Is your feature request related to a problem you are experiencing that is not a bug? Please describe.

Using a seed requires you generate the complete list of random words you require in one call to generate(). Each call to generate() returns the exact same set of words, which is clearly how this was intended to work. It could be useful in certain situations to persist the underlying seedrandom instance across multiple calls to generate(). For instance, I have a class that generates example values for a CSV import, of which there will be multiple instances within the same scope. I was expecting to be able to call generate() with a seed from a method on that class, and get a deterministic set of generated words across the entire example CSV. However, I what I ended up with is that every cell in the CSV has the exact same value, as the seed only lives within the scope of generate(). This makes total sense now that I understand how this is intended to work, but persisting the seedrandom instance could be useful in situations like this.

Proposed solution

Describe the solution you'd like

I've got several proposed solutions I'm mulling over, but I've submitted this ticket just ask if this is an enhancement y'all would be interested in. I'll happily submit a PR. The first solution that comes to mind is to just have a variable in the module and a function that sets it. So, there would be let SEED = null, and...

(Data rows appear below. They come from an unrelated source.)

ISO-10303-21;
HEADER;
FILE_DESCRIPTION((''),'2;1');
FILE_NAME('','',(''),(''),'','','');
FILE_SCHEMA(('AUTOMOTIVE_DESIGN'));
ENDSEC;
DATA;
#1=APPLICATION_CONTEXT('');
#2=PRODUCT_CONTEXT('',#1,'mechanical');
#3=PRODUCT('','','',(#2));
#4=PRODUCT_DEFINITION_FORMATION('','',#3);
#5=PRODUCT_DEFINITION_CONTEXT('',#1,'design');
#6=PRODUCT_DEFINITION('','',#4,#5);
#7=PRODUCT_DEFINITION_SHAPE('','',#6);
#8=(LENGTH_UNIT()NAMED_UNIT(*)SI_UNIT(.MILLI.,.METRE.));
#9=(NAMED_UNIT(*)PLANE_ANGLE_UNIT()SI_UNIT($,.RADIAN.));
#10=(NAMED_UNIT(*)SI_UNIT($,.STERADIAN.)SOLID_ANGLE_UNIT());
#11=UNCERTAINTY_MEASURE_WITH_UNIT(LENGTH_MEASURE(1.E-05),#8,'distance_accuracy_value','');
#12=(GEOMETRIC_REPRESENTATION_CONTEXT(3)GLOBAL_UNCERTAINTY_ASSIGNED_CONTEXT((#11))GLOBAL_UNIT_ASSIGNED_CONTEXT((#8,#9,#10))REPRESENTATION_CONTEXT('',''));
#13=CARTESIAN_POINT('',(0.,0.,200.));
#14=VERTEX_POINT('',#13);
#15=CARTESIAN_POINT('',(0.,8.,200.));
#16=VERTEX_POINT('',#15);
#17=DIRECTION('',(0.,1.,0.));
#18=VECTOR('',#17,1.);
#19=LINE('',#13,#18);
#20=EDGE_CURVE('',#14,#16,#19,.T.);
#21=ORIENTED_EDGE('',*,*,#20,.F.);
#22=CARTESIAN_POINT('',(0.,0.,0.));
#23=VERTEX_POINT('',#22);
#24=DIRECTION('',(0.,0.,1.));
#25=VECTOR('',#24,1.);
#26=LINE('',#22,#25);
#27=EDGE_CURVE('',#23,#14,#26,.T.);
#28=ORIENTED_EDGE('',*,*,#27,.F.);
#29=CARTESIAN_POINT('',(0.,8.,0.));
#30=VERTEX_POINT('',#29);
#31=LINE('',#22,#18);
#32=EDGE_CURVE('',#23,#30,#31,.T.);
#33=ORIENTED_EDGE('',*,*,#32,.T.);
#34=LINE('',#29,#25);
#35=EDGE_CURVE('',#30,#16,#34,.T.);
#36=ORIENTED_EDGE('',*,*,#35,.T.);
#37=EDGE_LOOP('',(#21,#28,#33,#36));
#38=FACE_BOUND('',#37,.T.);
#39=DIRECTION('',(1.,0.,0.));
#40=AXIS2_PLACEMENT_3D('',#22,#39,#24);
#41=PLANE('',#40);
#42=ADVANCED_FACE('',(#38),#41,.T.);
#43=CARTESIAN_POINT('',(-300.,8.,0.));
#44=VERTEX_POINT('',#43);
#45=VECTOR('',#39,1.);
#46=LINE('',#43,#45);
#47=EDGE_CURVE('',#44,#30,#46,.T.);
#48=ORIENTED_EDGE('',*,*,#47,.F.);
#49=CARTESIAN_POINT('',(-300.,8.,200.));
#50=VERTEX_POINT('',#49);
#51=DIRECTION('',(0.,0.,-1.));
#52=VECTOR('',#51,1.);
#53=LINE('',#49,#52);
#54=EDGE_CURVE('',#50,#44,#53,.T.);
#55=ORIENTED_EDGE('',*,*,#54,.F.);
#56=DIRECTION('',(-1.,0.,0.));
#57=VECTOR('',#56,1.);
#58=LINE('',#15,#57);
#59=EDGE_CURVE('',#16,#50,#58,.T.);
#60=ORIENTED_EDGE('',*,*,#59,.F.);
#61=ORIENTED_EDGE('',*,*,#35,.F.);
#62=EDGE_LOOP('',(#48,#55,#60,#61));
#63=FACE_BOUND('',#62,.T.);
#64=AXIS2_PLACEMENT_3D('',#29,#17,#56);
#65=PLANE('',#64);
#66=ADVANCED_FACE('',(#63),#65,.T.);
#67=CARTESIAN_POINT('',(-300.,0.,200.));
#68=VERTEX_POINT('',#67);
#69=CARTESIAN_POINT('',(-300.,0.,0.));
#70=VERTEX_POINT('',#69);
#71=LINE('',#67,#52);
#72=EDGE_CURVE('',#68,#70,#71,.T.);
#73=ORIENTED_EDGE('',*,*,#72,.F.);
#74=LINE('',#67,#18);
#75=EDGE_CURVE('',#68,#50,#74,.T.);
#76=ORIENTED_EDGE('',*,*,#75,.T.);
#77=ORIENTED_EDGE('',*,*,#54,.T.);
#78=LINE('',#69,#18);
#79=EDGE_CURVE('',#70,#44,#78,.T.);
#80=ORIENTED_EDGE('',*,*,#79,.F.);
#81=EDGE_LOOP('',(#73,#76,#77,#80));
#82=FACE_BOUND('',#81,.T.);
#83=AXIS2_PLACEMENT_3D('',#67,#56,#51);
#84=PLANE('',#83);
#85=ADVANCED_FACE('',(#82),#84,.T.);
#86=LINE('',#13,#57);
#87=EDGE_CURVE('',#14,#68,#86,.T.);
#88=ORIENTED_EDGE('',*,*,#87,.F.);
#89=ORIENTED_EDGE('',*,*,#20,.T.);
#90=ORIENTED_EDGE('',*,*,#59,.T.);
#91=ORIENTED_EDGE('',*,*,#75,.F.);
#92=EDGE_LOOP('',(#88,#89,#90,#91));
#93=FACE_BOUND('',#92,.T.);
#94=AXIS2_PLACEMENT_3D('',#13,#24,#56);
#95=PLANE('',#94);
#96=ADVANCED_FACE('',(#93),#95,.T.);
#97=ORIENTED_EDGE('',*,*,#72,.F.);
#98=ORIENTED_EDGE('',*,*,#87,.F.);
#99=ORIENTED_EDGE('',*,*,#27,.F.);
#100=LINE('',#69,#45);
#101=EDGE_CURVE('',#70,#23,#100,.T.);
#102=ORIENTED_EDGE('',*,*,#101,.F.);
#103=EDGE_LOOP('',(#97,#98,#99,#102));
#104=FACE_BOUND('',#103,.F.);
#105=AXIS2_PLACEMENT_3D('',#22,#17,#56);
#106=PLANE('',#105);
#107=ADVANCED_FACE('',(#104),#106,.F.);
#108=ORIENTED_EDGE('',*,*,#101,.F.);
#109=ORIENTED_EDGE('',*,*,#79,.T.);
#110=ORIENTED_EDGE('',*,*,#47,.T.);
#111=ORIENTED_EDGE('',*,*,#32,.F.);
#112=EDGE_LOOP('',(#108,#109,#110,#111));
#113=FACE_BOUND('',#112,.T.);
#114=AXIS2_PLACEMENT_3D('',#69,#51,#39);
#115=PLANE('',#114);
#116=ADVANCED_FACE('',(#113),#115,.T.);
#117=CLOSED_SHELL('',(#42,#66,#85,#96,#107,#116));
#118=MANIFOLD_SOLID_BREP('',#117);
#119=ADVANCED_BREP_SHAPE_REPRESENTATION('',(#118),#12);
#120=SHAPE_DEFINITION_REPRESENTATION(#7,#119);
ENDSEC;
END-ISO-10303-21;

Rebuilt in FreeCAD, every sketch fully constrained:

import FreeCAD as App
import Part
import Sketcher
from FreeCAD import Vector
Q = App.Units.Quantity

doc = App.newDocument("Part")
body = doc.addObject("PartDesign::Body", "Body")

# Sketch on XZ plane
sketch1 = body.newObject("Sketcher::SketchObject", "Sketch")
sketch1.AttachmentSupport = (doc.getObject("XZ_Plane"), [""])
sketch1.MapMode = "FlatFace"
sketch1.addGeometry([
    Part.LineSegment(Vector(0, 200, 0), Vector(0, 0, 0)),
    Part.LineSegment(Vector(0, 0, 0), Vector(-300, 0, 0)),
    Part.LineSegment(Vector(-300, 0, 0), Vector(-300, 200, 0)),
    Part.LineSegment(Vector(-300, 200, 0), Vector(0, 200, 0)),
], False)
sketch1.addConstraint([
    Sketcher.Constraint("Coincident", 0, 2, 1, 1),
    Sketcher.Constraint("Coincident", 1, 2, 2, 1),
    Sketcher.Constraint("Coincident", 2, 2, 3, 1),
    Sketcher.Constraint("Coincident", 3, 2, 0, 1),
    Sketcher.Constraint("Vertical", 0),
    Sketcher.Constraint("Horizontal", 1),
    Sketcher.Constraint("Vertical", 2),
    Sketcher.Constraint("Horizontal", 3),
    Sketcher.Constraint("Coincident", 0, 2, -1, 1),
    Sketcher.Constraint("DistanceX", 1, 2, 1, 1, Q("300 mm")),
    Sketcher.Constraint("DistanceY", 0, 2, 0, 1, Q("200 mm")),
])
pad1 = body.newObject("PartDesign::Pad", "Pad")
pad1.Profile = sketch1
pad1.Length = 8
pad1.Reversed = True

doc.recompute()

function setSeed(seed: string) {
SEED = seed
}

Then if SEED is set, use that in generate(). I don't particularly love this solution, though. I think what could work better is to have a SEEDS object, also in the module scope. This could map the string seed to an instance of seedrandom. Then, if a flag (maybe preserveSeed) and seed are passed in to generate(), the function could check if that seed already exists in SEEDS, then either use the existing one or create a new one and set it.

Yet another solution could be to allow the caller to pass in an instance of seedrandom. This is probably the simplest I've come up wtih.